En 1995, les forces internationales se sont fermement retournées contre les attaquants. Les forces serbes ont pillé une position de collecte d'armes des Nations unies, ce qui a incité les avions de l'OTAN à attaquer des dépôts de munitions serbes. Le combat a continué, comme les Serbes ont lentement perdu du terrain. Le chauffage, l'électricité et l'eau furent rétablis en ville. Un cesser-le-feu a été décrété en octobre 1995, et les accords de Dayton ont été ratifiés plus tard dans l'année, apportant la paix. Une période de stabilité et de retour à la normale suivit, avec le gouvernement bosniaque déclarant non-officiellement la fin du siège de Sarajevo le 29 février 1996.
[modifier] Conséquences
Sarajevo a été fortement endommagée pendant ces quatre années. Le siège de Sarajevo est assurément la plus mauvaise et la plus catastrophique période dans l'histoire de la ville. Avant la guerre, la ville était en forte période de croissance et de développement. En 1984 les Jeux olympiques ont rapporté une partie de la gloire qu'elle n'avait pas connue depuis la fin du XVIIe siècle. La guerre a stoppé tout ceci, rendant une ville ruinée à la place. D'une population d'avant-guerre d'environ 500 000 habitants, la ville est passée à une population d'environ 250 000.
La ville était un modèle de relations inter-ethniques, mais le siège de Sarajevo a causé des changements dramatiques de population. Nonobstant les milliers de réfugiés qui quittèrent la ville, un immense nombre de Serbes de Sarajevo partirent pour la République serbe de Bosnie. Le pourcentage de Serbes dans la population totale de Sarajevo a chuté de plus de 30% en 1991 à légèrement plus de 10% en 2002. Les régions de la municipalité de Novo Sarajevo faisant maintenant partie de la République serbe de Bosnie ont formé le Srpsko Sarajevo (Sarajevo serbe), où se trouvent maintenant la plupart des Serbes d'avant-guerre. Quelques Serbes qui revenaient à Sarajevo ont été durement traités par les réfugiés retournant à leurs maisons (notamment à Ilidža).
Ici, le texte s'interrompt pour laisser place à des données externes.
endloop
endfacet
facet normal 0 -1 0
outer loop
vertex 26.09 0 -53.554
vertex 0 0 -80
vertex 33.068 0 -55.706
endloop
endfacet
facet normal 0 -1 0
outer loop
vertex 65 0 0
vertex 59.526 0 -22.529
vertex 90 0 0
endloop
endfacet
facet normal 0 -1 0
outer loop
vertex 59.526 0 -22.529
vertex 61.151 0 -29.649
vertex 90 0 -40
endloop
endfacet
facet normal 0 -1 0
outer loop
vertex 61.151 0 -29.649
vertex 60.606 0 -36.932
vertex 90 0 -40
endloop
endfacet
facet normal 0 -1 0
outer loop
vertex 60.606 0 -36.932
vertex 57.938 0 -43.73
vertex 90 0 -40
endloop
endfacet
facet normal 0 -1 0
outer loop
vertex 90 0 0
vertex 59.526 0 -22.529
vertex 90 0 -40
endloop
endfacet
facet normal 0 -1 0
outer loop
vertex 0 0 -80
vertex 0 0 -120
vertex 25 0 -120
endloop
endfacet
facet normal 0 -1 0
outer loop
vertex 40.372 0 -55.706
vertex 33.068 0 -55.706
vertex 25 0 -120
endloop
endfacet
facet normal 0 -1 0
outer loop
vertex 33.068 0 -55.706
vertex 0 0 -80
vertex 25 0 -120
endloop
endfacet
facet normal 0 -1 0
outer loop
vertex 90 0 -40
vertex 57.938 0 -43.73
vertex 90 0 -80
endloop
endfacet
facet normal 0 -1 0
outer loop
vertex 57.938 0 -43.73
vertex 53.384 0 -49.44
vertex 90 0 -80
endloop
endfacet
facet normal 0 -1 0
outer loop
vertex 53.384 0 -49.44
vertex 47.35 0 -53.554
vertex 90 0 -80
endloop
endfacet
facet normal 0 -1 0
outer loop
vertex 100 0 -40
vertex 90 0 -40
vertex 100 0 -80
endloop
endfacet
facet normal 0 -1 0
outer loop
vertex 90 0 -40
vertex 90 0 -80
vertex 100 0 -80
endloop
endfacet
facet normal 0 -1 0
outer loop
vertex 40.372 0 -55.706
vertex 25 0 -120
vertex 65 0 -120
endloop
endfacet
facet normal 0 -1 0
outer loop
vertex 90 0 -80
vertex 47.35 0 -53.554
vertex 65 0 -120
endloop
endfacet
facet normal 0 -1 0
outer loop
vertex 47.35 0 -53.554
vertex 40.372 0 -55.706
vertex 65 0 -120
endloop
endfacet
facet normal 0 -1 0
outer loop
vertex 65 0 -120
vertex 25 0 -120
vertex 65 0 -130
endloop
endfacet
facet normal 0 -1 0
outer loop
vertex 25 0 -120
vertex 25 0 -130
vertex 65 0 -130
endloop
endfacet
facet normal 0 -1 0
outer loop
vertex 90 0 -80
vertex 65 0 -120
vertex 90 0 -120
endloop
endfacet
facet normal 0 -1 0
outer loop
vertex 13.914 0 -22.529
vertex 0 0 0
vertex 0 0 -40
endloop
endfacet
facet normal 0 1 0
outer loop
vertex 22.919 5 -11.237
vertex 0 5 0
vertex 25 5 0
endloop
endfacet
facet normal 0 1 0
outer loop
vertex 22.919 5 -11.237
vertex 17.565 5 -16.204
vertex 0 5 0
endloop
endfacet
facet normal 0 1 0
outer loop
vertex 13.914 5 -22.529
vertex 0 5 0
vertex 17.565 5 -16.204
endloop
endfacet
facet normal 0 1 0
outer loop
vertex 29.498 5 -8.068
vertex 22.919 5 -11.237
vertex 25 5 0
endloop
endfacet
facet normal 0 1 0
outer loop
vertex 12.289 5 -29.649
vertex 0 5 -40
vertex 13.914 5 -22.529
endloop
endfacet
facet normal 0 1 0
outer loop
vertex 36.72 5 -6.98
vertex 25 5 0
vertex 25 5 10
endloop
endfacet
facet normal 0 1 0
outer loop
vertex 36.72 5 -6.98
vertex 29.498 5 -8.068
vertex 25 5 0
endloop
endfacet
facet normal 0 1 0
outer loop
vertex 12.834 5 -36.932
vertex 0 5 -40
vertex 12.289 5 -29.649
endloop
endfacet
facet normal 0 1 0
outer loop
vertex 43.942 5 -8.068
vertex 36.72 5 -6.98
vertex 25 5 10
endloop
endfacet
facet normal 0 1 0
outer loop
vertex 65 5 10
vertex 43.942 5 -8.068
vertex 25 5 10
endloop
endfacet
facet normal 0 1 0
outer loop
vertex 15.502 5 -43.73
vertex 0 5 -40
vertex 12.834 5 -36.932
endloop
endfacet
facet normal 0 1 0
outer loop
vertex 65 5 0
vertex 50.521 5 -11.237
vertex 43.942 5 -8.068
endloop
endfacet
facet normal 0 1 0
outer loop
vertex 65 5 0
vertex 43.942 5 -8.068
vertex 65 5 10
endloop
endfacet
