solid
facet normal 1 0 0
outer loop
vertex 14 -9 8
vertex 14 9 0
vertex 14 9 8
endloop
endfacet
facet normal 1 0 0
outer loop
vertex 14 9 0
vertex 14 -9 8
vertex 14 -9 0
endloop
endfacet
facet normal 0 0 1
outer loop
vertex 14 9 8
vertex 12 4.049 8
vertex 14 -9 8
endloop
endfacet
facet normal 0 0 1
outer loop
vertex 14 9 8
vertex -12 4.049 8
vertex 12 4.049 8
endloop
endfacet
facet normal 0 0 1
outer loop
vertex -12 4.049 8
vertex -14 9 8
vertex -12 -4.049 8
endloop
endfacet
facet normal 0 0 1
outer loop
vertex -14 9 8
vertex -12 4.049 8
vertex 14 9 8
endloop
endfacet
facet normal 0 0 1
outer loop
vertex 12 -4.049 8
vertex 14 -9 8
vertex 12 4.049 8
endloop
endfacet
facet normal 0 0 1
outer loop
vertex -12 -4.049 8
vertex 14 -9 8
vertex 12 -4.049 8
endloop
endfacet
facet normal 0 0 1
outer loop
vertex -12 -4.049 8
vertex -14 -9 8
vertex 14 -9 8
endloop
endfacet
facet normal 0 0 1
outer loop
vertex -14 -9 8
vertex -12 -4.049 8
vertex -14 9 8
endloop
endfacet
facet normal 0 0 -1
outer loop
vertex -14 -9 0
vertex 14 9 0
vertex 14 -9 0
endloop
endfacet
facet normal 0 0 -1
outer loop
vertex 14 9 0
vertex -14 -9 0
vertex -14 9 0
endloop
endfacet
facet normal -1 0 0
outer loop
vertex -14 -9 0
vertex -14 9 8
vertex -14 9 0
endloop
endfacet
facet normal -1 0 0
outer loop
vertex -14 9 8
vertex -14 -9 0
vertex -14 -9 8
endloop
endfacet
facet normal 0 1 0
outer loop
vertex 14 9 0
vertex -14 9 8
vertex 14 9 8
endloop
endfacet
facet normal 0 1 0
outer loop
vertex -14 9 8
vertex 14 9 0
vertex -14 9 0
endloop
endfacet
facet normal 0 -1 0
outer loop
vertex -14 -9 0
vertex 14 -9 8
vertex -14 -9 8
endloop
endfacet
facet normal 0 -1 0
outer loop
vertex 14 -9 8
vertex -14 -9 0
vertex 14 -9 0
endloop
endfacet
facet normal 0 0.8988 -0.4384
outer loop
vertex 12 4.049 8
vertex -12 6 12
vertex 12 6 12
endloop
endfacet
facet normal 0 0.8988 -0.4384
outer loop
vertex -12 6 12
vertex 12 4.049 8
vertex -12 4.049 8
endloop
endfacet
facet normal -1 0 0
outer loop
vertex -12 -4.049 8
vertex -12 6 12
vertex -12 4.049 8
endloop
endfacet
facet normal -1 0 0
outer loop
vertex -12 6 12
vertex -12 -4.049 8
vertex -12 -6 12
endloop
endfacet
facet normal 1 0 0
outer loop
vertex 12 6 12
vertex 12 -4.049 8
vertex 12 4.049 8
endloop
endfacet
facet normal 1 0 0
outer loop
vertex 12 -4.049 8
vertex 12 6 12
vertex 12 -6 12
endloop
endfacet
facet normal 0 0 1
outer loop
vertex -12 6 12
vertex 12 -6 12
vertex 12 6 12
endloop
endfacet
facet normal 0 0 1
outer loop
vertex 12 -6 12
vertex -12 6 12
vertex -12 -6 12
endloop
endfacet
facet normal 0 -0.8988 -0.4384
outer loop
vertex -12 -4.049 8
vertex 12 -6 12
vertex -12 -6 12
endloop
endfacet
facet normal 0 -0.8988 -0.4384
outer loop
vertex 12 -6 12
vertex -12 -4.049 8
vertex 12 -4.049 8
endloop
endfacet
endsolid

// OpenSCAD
// Small printable lock prototypes for the smart mechanical block concept.
//
// Each scene exports one printable part. The parts are intentionally small
// fit coupons: big enough to test the lock by hand, but cheap to print.

$fn = 48;

prototype = 1;
part = "dovetail_male";

fit = 0.35;
loose_fit = 0.45;
block_l = 28;
block_w = 18;
block_h = 8;

function known_part(prototype_number, part_name) =
    (prototype_number == 1 &&
        (part_name == "dovetail_male" ||
            part_name == "dovetail_socket")) ||
    (prototype_number == 2 &&
        (part_name == "bayonet_plug" ||
            part_name == "bayonet_socket")) ||
    (prototype_number == 3 &&
        (part_name == "snap_hook" ||
            part_name == "snap_socket")) ||
    (prototype_number == 4 &&
        (part_name == "wedge_left" ||
            part_name == "wedge_right" ||
            part_name == "wedge_key")) ||
    (prototype_number == 5 &&
        (part_name == "t_slider" ||
            part_name == "t_track")) ||
    (prototype_number == 6 &&
        (part_name == "split_pin_male" ||
            part_name == "split_pin_socket")) ||
    (prototype_number == 7 &&
        (part_name == "thread_plug" ||
            part_name == "thread_socket")) ||
    (prototype_number == 8 &&
        (part_name == "detent_slider" ||
            part_name == "detent_track")) ||
    (prototype_number == 9 &&
        (part_name == "cam_clamp_body" ||
            part_name == "cam_lever" ||
            part_name == "cam_pin")) ||
    (prototype_number == 10 &&
        (part_name == "rack_bar" ||
            part_name == "rack_pawl"));

module block(l = block_l, w = block_w, h = block_h) {
    translate([-l / 2, -w / 2, 0])
        cube([l, w, h]);
}

module prism_x(length, yz_points) {
    rotate([0, 90, 0])
        linear_extrude(height = length, center = true)
            polygon([for (point = yz_points) [-point[1], point[0]]]);
}

module round_pin_x(length, diameter) {
    rotate([0, 90, 0])
        cylinder(d = diameter, h = length, center = true);
}

module round_pin_y(length, diameter) {
    rotate([90, 0, 0])
        cylinder(d = diameter, h = length, center = true);
}

module teardrop_hole_x(length, diameter) {
    union() {
        round_pin_x(length, diameter);
        translate([0, 0, diameter * 0.22])
            prism_x(
                length,
                [
                    [-diameter / 2, 0],
                    [diameter / 2, 0],
                    [0, diameter * 0.78]
                ]
            );
    }
}

module coarse_two_start_thread(length = 8, outer_d = 10, clearance = 0) {
    pitch = 2.4;
    core_d = outer_d - 1.7 + clearance;
    ridge_depth = 1.05 + clearance / 2;
    ridge_width = 0.88 + clearance / 3;
    slice_count = ceil(length / pitch * 28);

    union() {
        cylinder(d = core_d, h = length);

        for (phase = [0, 180])
            rotate([0, 0, phase])
                linear_extrude(
                    height = length,
                    twist = 360 * length / pitch,
                    slices = slice_count,
                    convexity = 8
                )
                    translate([core_d / 2 - 0.22, -ridge_width / 2])
                        square([ridge_depth + 0.22, ridge_width]);
    }
}

module dovetail_male() {
    union() {
        block();
        prism_x(
            block_l - 4,
            [
                [-4.0, block_h - 0.1],
                [4.0, block_h - 0.1],
                [6.0, block_h + 4.0],
                [-6.0, block_h + 4.0]
            ]
        );
    }
}

module dovetail_socket() {
    difference() {
        block();
        prism_x(
            block_l + 0.4,
            [
                [-(4.0 + fit), -0.1],
                [4.0 + fit, -0.1],
                [6.0 + fit, 4.35],
                [-(6.0 + fit), 4.35]
            ]
        );
    }
}

module bayonet_plug() {
    union() {
        block(24, 24, 5);
        translate([0, 0, 4.9])
            cylinder(d = 7.8, h = 6.2);
        translate([0, 0, 8])
            cube([18, 4.0, 2.4], center = true);
        translate([0, 0, 10.9])
            cylinder(d1 = 7.8, d2 = 6.4, h = 1.5);
    }
}

module bayonet_socket() {
    difference() {
        block(24, 24, 9);

        translate([0, 0, -0.1])
            cylinder(d = 8.5, h = 9.2);

        // Vertical lug entry slots from the top.
        translate([0, 0, 5.1])
            cube([20 + loose_fit, 4.8 + loose_fit, 8.2], center = true);

        // Quarter-turn retention pocket below the top skin.
        translate([0, 0, 3.6])
            cube([4.8 + loose_fit, 20 + loose_fit, 3.0], center = true);

        // Relief at the stop so the lugs seat without grinding.
        for (angle = [90, 270])
            rotate([0, 0, angle])
                translate([0, 8.5, 3.5])
                    cylinder(d = 5.2, h = 3.2, center = true);
    }
}

module snap_hook() {
    union() {
        block(24, 18, 6);

        // Flexible cantilever tongue, printed flat and flexing vertically.
        translate([10.5, -3.2, 5.9])
            cube([12, 6.4, 1.35]);

        translate([21.7, -3.2, 5.9])
            prism_x(
                2.4,
                [
                    [-3.2, 0],
                    [3.2, 0],
                    [3.2, 2.8],
                    [-3.2, 1.15]
                ]
            );
    }
}

module snap_socket() {
    difference() {
        block(24, 18, 8);

        translate([-12.1, -3.8, 5.5])
            cube([13.5, 7.6, 2.2]);

        translate([-2.2, -4.2, 5.6])
            cube([2.4, 8.4, 3.0]);
    }
}

module wedge_receiver(left_side = true) {
    difference() {
        block(24, 18, 8);

        translate([0, 0, 4])
            prism_x(
                25,
                [
                    [-2.7, -2.0],
                    [2.7, -2.0],
                    [4.6, 2.3],
                    [-4.6, 2.3]
                ]
            );

        translate([0, left_side ? 6.5 : -6.5, 3.8])
            cube([25, 3.0, 3.5], center = true);
    }
}

module wedge_key() {
    prism_x(
        30,
        [
            [-2.3, 0],
            [2.3, 0],
            [4.0, 3.8],
            [-4.0, 3.8]
        ]
    );

    translate([-17, -5, 0])
        cube([3, 10, 4.2]);
}

module t_slider() {
    union() {
        block();
        translate([0, 0, block_h])
            cube([block_l - 4, 4.0, 4.2], center = true);
        translate([0, 0, block_h + 3.0])
            cube([block_l - 4, 10.0, 2.4], center = true);
    }
}

module t_track() {
    difference() {
        block();
        translate([0, 0, -0.1])
            cube([block_l + 0.4, 4.0 + fit, 4.9], center = true);
        translate([0, 0, 2.9])
            cube([block_l + 0.4, 10.0 + fit, 3.0], center = true);
    }
}

module split_pin_male() {
    difference() {
        union() {
            block(22, 18, 6);

            for (z_offset = [2.2, 4.8]) {
                translate([10.9, 0, z_offset])
                    cube([9.2, 3.2, 1.4], center = true);

                translate([15.3, 0, z_offset])
                    cube([2.4, 4.8, 1.8], center = true);
            }
        }

        // Split gap lets each printed pin compress while entering the socket.
        translate([12.5, -0.45, 1.2])
            cube([8.2, 0.9, 4.8]);
    }
}

module split_pin_socket() {
    difference() {
        block(22, 18, 8);

        for (z_offset = [2.2, 4.8]) {
            translate([-11.1, 0, z_offset])
                cube([10.2, 3.8 + fit, 1.9 + fit], center = true);

            translate([-5.9, 0, z_offset])
                cube([2.5, 5.4 + fit, 2.2 + fit], center = true);
        }
    }
}

module thread_plug() {
    union() {
        block(22, 22, 5);
        translate([0, 0, 4.9])
            coarse_two_start_thread(length = 8.2, outer_d = 9.8);
    }
}

module thread_socket() {
    difference() {
        block(22, 22, 10);
        translate([0, 0, -0.1])
            coarse_two_start_thread(
                length = 10.2,
                outer_d = 9.8,
                clearance = 0.45
            );
    }
}

module detent_slider() {
    union() {
        block(24, 16, 5);

        translate([0, 0, 5])
            cube([22, 6, 2.0], center = true);

        translate([0, 0, 7.1])
            cube([20, 2.0, 2.8], center = true);

        translate([5, 0, 9.1])
            scale([1.0, 0.75, 0.38])
                sphere(d = 5.0);
    }
}

module detent_track() {
    difference() {
        block(26, 18, 8);

        translate([0, 0, 4.8])
            cube([27, 6.8 + fit, 2.6 + fit], center = true);

        translate([0, 0, 6.8])
            cube([27, 2.8 + fit, 3.1 + fit], center = true);

        for (x_position = [-6, 0, 6])
            translate([x_position, 0, 7.4])
                scale([1.0, 0.8, 0.45])
                    sphere(d = 5.5 + fit);
    }
}

module cam_clamp_body() {
    difference() {
        union() {
            block(28, 24, 16);
            translate([0, 8.5, 8])
                cube([28, 7, 16], center = true);
        }

        translate([0, 0, 8])
            round_pin_x(30, 12.4);

        translate([0, -9, 8])
            cube([30, 8.0, 14.5], center = true);

        translate([0, 11.5, 8])
            round_pin_x(31, 3.4);

        translate([0, 6.4, 8])
            cube([8, 8, 10], center = true);
    }
}

module cam_lever_part() {
    difference() {
        union() {
            translate([-5, 0, 2])
                cube([28, 6, 4], center = true);
            translate([8, 0, 2])
                scale([1.35, 1.0, 1.0])
                    cylinder(d = 12, h = 4, center = true);
            translate([-19, 0, 2])
                cylinder(d = 7, h = 4, center = true);
        }

        translate([0, 0, 2])
            cylinder(d = 3.4, h = 4.4, center = true);
    }
}

module cam_pin() {
    union() {
        cylinder(d = 3.0, h = 27);
        cylinder(d = 5.2, h = 1.2);
        translate([0, 0, 25.8])
            cylinder(d = 5.2, h = 1.2);
    }
}

module rack_teeth(length = 24, tooth_count = 8, base_z = 5) {
    tooth_pitch = length / tooth_count;

    for (index = [0 : tooth_count - 1]) {
        translate([
            -length / 2 + index * tooth_pitch + tooth_pitch / 2,
            0,
            base_z
        ])
            prism_x(
                tooth_pitch * 0.86,
                [
                    [-4.4, 0],
                    [4.4, 0],
                    [0, 3.0]
                ]
            );
    }
}

module rack_bar() {
    union() {
        block(28, 12, 5);
        rack_teeth(24, 8, 4.9);
    }
}

module rack_pawl() {
    union() {
        block(24, 16, 6);

        translate([-8, -2.2, 5.9])
            cube([16, 4.4, 1.25]);

        translate([6.8, 0, 6.9])
            prism_x(
                3.0,
                [
                    [-4.0, 0],
                    [4.0, 0],
                    [0, 3.2]
                ]
            );

        translate([8, 0, 4.6])
            cube([4, 9.5, 2.0], center = true);
    }
}

assert(
    known_part(prototype, part),
    str("Unknown prototype/part combination: prototype=", prototype, " part=", part)
);

if (prototype == 1 && part == "dovetail_male") {
    dovetail_male();
} else if (prototype == 1 && part == "dovetail_socket") {
    dovetail_socket();
} else if (prototype == 2 && part == "bayonet_plug") {
    bayonet_plug();
} else if (prototype == 2 && part == "bayonet_socket") {
    bayonet_socket();
} else if (prototype == 3 && part == "snap_hook") {
    snap_hook();
} else if (prototype == 3 && part == "snap_socket") {
    snap_socket();
} else if (prototype == 4 && part == "wedge_left") {
    wedge_receiver(true);
} else if (prototype == 4 && part == "wedge_right") {
    wedge_receiver(false);
} else if (prototype == 4 && part == "wedge_key") {
    wedge_key();
} else if (prototype == 5 && part == "t_slider") {
    t_slider();
} else if (prototype == 5 && part == "t_track") {
    t_track();
} else if (prototype == 6 && part == "split_pin_male") {
    split_pin_male();
} else if (prototype == 6 && part == "split_pin_socket") {
    split_pin_socket();
} else if (prototype == 7 && part == "thread_plug") {
    thread_plug();
} else if (prototype == 7 && part == "thread_socket") {
    thread_socket();
} else if (prototype == 8 && part == "detent_slider") {
    detent_slider();
} else if (prototype == 8 && part == "detent_track") {
    detent_track();
} else if (prototype == 9 && part == "cam_clamp_body") {
    cam_clamp_body();
} else if (prototype == 9 && part == "cam_lever") {
    cam_lever_part();
} else if (prototype == 9 && part == "cam_pin") {
    cam_pin();
} else if (prototype == 10 && part == "rack_bar") {
    rack_bar();
} else if (prototype == 10 && part == "rack_pawl") {
    rack_pawl();
}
Depuis les années sombres du début des années 1990, Sarajevo a accompli des progrès énormes, et est sur le chemin du rétablissement comme capitale européenne moderne. En 2004, la majeure partie des dommages faits aux bâtiments pendant le siège étaient réparés, et les ruines et les impacts de balles sont devenus rares. Des projets de construction ont fait de Sarajevo peut-être la ville avec la plus rapide croissance de l'ex-Yougoslavie. La population métropolitaine de Sarajevo en 2002 était d'environ 401 000 habitants, soit 20 000 de moins qu'en 1991. Avec sa croissance et sa reconstruction actuelle, Sarajevo pourra un jour rejoindre son niveau de la fin des années 1980, mais les cicatrices du siège de Sarajevo ne pourront jamais disparaître.